FREEDOM
.
.
.Vino mendesah berat. Mematikan ponsel setelah ia menghubungi Jin. Laki-laki berkemeja garis-garis merah putih itu berjongkok, mengacak kasar surainya. Ia berdecak berkali-kali.
Irisnya berkaca menatap nahas dapur yang kini dipenuhi asap. Lokasi rumah yang memang berada cukup jauh dari tetangga––itupun dikelilingi banyak pohon sebelum menuju rumah-rumah lainnya benar-benar membuat kejadian seperti ini tidak akan terdeteksi. Bagaimana jika terjadi hal yang buruk? Vino merasa begitu kalut.
"Vin, apa yang terjadi?!"
Vino terkesiap, sontak menoleh lantas berdiri kala menadapati Jin yang perlahan datang––berlari mendekat bersama Kira yang mengekor di belakangnya. "Tadi waktu Cinta mencoba membuat mi Cinta mengobrol dengan Vino di toko dan tiba-tiba suara ledakan terdengar sepertinya pancinya gosong dan kompornya meledak," katanya setengah bergetar.
Jin mendelik. Pandangannya sontak berkeliling. "Di mana Cinta?!" tanya Jin begitu panik.
Vino menunduk merasakan tubuhnya begitu kaku namun terasa rapuh. Ia hanya mampu terdiam.
"Vin! Di mana adikku?" pekik Jin sembari meraih kerah kemeja yang Vino kenakan. Sungguh Jin tidak bisa lagi untuk mengontrol emosi. Lebih dari bahaya untuk dirinya sendiri ketika kemarahan menguasai tentu sang adik lebih penting dari hal itu.
"Jin tenanglah, kita tidak bisa kehilangan kontrol disaat seperti ini." Kira menepuk pelan pundak laki-laki itu. Mencoba menenangkannya. Ia sendiri tak kalah takut dengan kemungkinan terburuk tapi bertengkar disaat seperti ini juga tak akan membantu apapun.

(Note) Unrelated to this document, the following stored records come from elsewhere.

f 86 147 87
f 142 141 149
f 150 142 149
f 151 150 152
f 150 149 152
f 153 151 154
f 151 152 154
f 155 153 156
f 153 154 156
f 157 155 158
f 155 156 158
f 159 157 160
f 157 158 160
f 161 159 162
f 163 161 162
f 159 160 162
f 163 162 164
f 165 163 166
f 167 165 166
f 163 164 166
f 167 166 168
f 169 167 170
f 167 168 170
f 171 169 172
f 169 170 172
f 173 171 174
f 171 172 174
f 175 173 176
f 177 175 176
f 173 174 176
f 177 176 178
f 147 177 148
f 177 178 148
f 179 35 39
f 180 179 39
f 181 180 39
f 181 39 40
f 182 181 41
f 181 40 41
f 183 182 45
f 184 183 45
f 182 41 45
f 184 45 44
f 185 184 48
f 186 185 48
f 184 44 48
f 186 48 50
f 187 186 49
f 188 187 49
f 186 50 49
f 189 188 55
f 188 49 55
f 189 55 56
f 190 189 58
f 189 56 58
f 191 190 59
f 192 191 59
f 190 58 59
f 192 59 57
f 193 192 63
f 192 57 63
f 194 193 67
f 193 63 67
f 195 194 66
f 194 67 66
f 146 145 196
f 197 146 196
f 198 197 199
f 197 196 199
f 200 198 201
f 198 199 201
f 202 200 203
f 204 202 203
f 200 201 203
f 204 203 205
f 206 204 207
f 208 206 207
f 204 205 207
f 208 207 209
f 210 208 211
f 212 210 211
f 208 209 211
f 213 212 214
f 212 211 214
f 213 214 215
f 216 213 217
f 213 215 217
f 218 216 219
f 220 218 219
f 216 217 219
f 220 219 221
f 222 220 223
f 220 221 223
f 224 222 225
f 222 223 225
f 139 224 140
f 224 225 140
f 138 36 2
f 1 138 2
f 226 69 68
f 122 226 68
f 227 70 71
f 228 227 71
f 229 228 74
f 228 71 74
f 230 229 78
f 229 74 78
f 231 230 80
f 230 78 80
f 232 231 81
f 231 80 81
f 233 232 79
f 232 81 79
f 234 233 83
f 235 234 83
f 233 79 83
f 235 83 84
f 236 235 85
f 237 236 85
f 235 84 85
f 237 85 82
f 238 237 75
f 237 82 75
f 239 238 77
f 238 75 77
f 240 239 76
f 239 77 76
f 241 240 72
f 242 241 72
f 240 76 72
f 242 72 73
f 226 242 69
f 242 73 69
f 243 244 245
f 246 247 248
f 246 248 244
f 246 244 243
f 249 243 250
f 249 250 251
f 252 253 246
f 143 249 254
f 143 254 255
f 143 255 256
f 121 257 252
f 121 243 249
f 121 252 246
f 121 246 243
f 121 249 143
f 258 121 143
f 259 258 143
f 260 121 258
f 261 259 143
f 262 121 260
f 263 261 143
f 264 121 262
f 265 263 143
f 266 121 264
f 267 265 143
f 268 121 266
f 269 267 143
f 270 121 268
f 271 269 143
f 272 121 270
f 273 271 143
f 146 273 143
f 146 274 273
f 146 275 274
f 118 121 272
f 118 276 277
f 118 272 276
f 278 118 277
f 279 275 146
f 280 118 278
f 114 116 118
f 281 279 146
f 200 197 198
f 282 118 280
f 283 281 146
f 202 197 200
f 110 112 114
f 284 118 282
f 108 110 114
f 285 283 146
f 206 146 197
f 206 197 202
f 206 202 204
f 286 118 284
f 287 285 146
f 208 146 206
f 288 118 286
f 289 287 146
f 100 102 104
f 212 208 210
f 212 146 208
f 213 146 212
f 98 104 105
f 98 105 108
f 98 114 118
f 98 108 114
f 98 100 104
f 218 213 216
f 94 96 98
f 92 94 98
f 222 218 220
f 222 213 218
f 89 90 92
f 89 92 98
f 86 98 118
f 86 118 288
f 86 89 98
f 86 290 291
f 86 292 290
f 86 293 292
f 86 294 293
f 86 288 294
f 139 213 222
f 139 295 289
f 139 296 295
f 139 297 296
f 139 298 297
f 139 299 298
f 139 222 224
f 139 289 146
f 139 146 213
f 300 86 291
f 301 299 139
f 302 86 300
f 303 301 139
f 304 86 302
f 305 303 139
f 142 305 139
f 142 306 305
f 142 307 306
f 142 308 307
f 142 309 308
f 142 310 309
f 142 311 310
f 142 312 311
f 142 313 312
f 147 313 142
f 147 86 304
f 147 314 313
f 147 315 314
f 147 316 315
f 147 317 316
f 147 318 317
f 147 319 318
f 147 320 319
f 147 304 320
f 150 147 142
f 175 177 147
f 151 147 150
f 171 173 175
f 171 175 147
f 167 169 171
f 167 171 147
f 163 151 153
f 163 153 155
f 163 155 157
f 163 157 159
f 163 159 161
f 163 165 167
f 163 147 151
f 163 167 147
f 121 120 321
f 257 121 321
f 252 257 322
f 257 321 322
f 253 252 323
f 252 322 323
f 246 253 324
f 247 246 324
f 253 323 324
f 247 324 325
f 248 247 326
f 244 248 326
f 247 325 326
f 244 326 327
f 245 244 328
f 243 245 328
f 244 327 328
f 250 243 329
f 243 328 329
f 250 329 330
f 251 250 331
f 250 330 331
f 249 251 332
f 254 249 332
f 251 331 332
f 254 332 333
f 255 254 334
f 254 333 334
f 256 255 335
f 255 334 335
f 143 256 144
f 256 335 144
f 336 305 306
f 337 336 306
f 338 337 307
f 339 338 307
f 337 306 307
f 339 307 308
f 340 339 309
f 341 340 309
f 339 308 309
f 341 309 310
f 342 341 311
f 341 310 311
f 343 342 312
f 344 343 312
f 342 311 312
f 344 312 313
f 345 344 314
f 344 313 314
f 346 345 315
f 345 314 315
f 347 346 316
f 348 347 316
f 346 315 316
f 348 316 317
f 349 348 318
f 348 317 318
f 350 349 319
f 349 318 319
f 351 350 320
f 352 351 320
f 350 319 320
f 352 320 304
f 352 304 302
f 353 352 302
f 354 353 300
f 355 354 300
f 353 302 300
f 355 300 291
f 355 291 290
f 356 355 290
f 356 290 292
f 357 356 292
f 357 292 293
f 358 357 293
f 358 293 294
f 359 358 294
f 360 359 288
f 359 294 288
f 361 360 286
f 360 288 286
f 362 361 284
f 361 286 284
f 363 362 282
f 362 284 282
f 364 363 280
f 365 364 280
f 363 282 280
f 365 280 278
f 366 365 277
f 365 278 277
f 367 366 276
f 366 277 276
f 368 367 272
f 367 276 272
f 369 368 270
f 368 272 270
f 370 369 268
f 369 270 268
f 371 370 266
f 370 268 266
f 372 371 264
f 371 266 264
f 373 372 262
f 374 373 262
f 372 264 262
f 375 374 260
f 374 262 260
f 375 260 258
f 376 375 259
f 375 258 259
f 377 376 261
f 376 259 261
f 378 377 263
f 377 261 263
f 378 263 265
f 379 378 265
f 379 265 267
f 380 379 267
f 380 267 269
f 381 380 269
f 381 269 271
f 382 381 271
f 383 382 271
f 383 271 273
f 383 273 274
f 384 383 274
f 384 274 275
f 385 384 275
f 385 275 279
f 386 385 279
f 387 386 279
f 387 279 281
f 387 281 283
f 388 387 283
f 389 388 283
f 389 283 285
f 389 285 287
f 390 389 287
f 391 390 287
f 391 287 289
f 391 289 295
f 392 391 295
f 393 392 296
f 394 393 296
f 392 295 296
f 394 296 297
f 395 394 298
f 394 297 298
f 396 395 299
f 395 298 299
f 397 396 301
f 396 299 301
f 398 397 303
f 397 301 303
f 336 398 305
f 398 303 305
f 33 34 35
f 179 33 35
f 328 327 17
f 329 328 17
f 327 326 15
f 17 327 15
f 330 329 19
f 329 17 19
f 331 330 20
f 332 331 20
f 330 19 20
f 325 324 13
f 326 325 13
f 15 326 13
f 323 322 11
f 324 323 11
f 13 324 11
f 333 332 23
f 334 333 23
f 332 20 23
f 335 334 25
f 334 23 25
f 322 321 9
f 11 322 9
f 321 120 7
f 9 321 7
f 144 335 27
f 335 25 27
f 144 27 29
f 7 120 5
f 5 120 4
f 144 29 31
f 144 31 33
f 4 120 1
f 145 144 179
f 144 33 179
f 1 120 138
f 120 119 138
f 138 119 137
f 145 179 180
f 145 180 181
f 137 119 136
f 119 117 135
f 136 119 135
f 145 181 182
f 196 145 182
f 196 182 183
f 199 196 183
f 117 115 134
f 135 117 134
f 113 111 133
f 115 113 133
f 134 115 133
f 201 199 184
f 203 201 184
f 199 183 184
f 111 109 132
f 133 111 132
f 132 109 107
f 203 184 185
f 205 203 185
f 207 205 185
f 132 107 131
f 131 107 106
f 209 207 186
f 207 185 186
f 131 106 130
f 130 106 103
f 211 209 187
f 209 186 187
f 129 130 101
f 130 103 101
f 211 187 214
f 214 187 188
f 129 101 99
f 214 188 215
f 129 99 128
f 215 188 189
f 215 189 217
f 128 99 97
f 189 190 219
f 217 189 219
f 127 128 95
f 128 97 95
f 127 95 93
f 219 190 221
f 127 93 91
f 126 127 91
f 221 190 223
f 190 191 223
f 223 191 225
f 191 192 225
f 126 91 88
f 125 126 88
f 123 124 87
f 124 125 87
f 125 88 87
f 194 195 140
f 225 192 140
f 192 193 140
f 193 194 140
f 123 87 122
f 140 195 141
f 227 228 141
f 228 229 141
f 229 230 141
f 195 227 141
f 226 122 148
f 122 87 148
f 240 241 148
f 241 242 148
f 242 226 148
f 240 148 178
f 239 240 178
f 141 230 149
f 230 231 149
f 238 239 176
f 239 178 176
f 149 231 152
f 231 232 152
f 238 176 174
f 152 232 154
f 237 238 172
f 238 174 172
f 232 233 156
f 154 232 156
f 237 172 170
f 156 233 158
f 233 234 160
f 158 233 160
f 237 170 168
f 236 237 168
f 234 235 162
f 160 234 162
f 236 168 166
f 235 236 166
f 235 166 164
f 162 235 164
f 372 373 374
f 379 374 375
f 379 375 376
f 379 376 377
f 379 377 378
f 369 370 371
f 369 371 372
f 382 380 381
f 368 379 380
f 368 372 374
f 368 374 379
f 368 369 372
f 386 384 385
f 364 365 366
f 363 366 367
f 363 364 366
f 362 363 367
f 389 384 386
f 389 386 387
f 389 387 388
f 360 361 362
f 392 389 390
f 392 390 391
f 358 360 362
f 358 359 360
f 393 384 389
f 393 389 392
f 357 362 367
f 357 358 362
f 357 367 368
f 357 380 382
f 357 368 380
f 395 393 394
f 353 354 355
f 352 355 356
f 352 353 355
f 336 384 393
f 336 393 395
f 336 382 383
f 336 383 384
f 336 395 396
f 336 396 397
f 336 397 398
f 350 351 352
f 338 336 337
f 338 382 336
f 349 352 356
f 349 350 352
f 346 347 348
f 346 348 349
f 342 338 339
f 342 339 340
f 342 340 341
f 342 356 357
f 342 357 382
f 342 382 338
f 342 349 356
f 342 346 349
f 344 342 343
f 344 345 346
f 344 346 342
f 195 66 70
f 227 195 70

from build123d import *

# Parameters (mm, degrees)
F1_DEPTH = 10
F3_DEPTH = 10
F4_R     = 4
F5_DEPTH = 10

Jin menghela lantas melepaskan cengkeramannya. Ia menatap Vino sengit, menuntut penjelasan lebih. Vino yang mengerti maksud sang bos mencoba membuka suara, "Setelah ledakan terdengar Cinta dan Vino buru-buru ke dapur saat sampai di sana apinya sudah membesar kita berusaha memadamkan api itu tapi tidak bisa. Akhirnya Cinta menyuruh Vino keluar melalui pintu menuju ruang tamu untuk menghubungi Bos dan dia akan memadamkan api itu sebisanya tapi setelah itu terdengar suara ledakan lagi Vino tidak tahu itu berasal dari apa," jelasnya. Vino benar-benar takut tapi ia juga tidak bisa berbuat banyak.
"Kenapa kamu tak menolong Cinta terlebih dahulu dan kenapa kamu membiarkannya memadamkan api itu!" Jin benar-benar tak habis pikir. Mungkin setelah hari ini Jin akan mengambil keputusan untuk memecat pekerjanya itu.
Tapi sebelum Vino hendak membuka suara kembali, tepat saat Jin menoleh ia sudah mendapati Kira yang berlari menuju pintu yang menuju ruang tamu. Jin sontak berlari mengejar gadis itu. "Kir, di sana berbahaya!" teriak laki-laki itu sembari mengejar sang gadis.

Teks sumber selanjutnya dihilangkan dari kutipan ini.